Unbiased estimate of log-likelihood of Markov bridge

33 Views Asked by At

Note: Cross-post from CrossValidated.

I have the following problem I am trying to solve. I have a parametric family of "transition" distributions $p_\theta(x_{i+1}\mid x_i)$ and I am given a starting point $x_0$ and an end point $x_n$. I denote by $p_\theta(x_n\mid x_0)$ the probability of reaching $x_n$ starting from $x_0$ and performing $n$ steps, where this process is assumed to be Markovian. What I need is an unbiased estimate of $\partial_\theta\log p_\theta(x_n\mid x_0)$ (think e.g. for some SGD process).

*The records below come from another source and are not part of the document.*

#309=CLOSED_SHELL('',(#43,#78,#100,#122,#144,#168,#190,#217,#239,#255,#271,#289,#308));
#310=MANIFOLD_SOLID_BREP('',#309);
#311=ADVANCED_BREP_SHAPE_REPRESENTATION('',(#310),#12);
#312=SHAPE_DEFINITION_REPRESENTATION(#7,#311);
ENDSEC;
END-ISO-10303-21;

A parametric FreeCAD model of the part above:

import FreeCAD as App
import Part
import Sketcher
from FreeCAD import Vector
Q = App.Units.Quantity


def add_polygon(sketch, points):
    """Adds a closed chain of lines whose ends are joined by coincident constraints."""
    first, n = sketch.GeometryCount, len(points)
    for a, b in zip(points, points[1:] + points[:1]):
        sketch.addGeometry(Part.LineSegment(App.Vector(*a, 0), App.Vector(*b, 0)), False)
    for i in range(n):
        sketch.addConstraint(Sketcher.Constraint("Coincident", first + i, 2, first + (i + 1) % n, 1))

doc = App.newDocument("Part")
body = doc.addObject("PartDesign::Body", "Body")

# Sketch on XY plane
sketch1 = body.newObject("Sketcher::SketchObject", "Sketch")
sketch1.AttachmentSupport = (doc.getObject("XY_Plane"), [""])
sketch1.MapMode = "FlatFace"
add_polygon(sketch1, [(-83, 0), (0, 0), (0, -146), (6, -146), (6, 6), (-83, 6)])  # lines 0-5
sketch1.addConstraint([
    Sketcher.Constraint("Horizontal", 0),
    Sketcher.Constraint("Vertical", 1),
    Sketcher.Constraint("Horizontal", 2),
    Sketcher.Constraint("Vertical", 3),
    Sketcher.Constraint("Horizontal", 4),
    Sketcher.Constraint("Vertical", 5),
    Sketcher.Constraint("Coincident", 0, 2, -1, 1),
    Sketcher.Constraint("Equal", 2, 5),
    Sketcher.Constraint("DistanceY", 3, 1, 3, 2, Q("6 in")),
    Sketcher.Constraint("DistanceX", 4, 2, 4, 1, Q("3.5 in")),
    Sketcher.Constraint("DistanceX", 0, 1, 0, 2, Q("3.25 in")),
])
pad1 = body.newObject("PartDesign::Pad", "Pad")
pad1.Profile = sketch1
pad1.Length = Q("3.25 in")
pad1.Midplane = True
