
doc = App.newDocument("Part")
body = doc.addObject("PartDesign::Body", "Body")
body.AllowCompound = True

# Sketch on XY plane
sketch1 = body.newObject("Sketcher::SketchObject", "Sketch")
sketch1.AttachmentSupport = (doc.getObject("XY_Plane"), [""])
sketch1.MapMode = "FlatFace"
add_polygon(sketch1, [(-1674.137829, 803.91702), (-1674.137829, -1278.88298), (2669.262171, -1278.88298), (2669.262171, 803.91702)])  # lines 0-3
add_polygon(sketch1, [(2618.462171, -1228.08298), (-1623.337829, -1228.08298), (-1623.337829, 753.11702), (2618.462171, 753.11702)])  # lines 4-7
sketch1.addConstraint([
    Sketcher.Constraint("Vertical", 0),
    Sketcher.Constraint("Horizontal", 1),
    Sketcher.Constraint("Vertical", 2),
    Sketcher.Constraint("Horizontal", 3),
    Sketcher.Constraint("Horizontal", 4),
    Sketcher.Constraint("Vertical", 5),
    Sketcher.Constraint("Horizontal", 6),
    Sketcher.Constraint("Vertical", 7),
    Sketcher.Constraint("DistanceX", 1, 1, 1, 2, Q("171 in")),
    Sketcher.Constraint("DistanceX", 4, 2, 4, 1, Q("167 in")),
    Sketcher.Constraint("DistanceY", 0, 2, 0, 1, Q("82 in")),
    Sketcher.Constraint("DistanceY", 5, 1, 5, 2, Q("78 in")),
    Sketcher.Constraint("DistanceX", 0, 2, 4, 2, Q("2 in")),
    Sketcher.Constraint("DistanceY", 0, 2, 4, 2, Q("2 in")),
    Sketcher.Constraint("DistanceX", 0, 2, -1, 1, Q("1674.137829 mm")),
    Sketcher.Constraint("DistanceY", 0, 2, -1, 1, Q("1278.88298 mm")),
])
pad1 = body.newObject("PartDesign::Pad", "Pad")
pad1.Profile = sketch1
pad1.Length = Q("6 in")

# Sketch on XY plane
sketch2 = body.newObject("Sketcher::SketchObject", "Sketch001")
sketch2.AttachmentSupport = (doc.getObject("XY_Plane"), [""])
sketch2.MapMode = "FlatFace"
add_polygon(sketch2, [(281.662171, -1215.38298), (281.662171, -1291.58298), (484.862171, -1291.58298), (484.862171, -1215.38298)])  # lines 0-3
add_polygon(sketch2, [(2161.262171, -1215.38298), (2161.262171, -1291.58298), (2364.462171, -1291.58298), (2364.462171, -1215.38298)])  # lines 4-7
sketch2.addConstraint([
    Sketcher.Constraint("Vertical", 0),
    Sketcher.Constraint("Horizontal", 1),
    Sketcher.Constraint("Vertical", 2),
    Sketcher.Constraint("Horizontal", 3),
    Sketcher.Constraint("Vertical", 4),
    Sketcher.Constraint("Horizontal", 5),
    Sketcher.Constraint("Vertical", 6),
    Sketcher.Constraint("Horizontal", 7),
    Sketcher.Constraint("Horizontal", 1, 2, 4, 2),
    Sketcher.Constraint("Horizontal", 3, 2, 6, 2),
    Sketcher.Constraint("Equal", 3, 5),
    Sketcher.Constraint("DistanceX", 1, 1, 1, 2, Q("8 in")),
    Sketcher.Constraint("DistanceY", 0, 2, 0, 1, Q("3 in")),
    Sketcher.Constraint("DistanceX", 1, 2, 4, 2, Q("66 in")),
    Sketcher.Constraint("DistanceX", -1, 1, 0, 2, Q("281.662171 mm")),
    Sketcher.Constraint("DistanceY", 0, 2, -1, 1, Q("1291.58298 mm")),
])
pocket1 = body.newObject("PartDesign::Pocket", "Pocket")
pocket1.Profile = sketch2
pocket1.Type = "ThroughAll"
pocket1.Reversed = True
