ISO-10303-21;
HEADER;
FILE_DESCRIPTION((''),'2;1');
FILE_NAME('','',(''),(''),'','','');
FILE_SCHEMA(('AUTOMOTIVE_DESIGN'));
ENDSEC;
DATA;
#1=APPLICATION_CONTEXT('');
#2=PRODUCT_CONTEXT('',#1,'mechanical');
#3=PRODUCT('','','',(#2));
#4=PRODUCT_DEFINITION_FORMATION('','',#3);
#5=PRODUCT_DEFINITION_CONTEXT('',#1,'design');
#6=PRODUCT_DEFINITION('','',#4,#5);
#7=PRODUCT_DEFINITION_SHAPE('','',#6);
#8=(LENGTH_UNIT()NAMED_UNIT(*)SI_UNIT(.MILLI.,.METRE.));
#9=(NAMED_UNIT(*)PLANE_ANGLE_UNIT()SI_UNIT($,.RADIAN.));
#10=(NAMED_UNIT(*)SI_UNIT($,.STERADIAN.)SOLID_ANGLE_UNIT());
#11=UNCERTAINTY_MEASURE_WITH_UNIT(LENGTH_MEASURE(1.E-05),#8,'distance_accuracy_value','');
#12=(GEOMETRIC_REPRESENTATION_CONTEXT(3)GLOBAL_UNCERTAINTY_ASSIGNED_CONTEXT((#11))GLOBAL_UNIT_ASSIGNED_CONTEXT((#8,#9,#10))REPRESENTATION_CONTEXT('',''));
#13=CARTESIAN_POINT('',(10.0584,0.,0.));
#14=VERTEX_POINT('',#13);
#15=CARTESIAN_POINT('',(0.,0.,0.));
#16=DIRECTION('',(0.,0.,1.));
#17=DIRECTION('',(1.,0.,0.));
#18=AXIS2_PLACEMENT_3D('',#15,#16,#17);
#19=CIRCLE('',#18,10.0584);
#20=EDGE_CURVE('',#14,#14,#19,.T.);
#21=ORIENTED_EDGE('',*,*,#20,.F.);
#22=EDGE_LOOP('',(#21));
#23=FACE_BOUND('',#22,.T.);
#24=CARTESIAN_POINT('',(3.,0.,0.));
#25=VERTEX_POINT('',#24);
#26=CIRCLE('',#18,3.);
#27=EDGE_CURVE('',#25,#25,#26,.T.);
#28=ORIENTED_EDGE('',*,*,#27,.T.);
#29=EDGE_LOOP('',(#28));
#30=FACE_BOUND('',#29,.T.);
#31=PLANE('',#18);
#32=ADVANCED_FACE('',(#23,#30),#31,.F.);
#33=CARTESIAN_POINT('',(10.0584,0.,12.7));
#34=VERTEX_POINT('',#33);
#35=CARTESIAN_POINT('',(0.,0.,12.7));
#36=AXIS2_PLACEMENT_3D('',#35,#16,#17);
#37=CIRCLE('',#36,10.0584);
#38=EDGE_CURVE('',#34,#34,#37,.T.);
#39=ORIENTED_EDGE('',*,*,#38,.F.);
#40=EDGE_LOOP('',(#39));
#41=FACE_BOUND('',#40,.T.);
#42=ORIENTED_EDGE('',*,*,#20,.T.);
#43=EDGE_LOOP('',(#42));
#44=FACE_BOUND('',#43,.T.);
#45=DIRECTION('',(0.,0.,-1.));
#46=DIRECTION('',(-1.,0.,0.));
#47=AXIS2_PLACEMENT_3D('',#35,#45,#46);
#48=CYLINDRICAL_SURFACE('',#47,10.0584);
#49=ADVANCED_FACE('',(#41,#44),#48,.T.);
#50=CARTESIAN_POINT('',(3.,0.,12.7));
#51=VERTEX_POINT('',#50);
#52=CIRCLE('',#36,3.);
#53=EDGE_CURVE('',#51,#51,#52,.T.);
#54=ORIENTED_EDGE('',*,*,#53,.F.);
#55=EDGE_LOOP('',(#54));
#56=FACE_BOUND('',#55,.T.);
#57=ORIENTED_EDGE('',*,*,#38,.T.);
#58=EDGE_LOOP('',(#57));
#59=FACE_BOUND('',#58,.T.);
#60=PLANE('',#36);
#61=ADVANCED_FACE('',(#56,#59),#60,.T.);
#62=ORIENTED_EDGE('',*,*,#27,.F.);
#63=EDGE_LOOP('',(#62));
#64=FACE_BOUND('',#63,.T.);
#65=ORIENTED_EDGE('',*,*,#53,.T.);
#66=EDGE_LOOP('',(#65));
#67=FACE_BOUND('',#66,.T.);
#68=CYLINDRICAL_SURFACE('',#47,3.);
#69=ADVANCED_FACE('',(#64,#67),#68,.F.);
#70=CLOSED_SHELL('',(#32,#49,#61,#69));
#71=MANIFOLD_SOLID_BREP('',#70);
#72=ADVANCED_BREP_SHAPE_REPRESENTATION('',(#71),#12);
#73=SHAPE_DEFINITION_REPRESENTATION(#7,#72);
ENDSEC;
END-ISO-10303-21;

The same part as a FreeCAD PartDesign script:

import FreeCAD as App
import Part
import Sketcher
Q = App.Units.Quantity

doc = App.newDocument("Part")
body = doc.addObject("PartDesign::Body", "Body")

# Sketch on XY plane
sketch1 = body.newObject("Sketcher::SketchObject", "Sketch")
sketch1.AttachmentSupport = (doc.getObject("XY_Plane"), [""])
sketch1.MapMode = "FlatFace"
sketch1.addGeometry(Part.Circle(App.Vector(0, 0, 0), App.Vector(0, 0, 1), 10.1), False)
sketch1.addGeometry(Part.Circle(App.Vector(0, 0, 0), App.Vector(0, 0, 1), 3), False)
sketch1.addConstraint(Sketcher.Constraint("Coincident", 0, 3, -1, 1))
sketch1.addConstraint(Sketcher.Constraint("Coincident", 1, 3, -1, 1))
sketch1.addConstraint(Sketcher.Constraint("Diameter", 0, Q("0.792 in")))
sketch1.addConstraint(Sketcher.Constraint("Diameter", 1, Q("6 mm")))
pad1 = body.newObject("PartDesign::Pad", "Pad")
pad1.Profile = sketch1
pad1.Length = Q("0.5 in")

doc.recompute()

My approach is as follows. First we have \begin{align} \partial_\theta\log p_\theta(x_n\mid x_0)=\frac{\partial_\theta p_\theta(x_n\mid x_0)}{p_\theta(x_n\mid x_0)}. \end{align} The numerator is given by \begin{align} \partial_\theta p_\theta(x_n\mid x_0)={}&\partial_\theta\int dx_1\cdots dx_{n-1}\prod_{i=1}^np_\theta(x_i\mid x_{i-1})\\ ={}&\int dx_1\cdots dx_{n-1}\sum_{j=1}^n\big(\partial_\theta p_\theta(x_j\mid x_{j-1})\big)\prod_{i\neq j}p_\theta(x_i\mid x_{i-1})\\ ={}&\int dx_1\cdots dx_{n-1}\left(\sum_{j=1}^n\partial_\theta \log p_\theta(x_j\mid x_{j-1})\right)\prod_{i=1}^np_\theta(x_i\mid x_{i-1}). \end{align} The denominator is $$p_\theta(x_n\mid x_0)=\int dx_1\cdots dx_{n-1}\prod_{i=1}^np_\theta(x_i\mid x_{i-1}),$$ which acts to normalize $\tau(x_{0:n}):=\prod_{i=1}^np_\theta(x_i\mid x_{i-1})$ to a probability density over "paths" from $x_0$ to $x_n$. Thus, I can rewrite $$\partial_\theta\log p_\theta(x_n\mid x_0)=\mathbb{E}_{x_{0:n}\sim\tau}\left[\sum_{j=1}^n\partial_\theta \log p_\theta(x_j\mid x_{j-1})\right].$$ Therefore, the only thing left to do is drawing one or more samples from $\tau$. This could be done by some kind of Metropolis-Hastings sampling, but I am hoping in something faster to compute. My idea would be to draw a certain number $L$ of sequences $x_1,\ldots,x_{n-1}$ from $p_{\theta}(x_{i-1}\mid x_i)$ starting from $x_0$ and then weight them proportionally to $p_\theta(x_n\mid x_{n-1})$. Asymptotically, this should give the correct distribution (at least intuitively, I haven't checked all details yet).

Does this approach give a good result (for small-ish $L$)? I expect this to be biased in some way (e.g. for $L=1$ we would not be drawing from the correct distribution), is this the case? Are there better approaches I could use to get the unbiased sample I need?

1

There are 1 best solutions below

0
On

Yes, it is valid, provided that you divide by the correct normalising function.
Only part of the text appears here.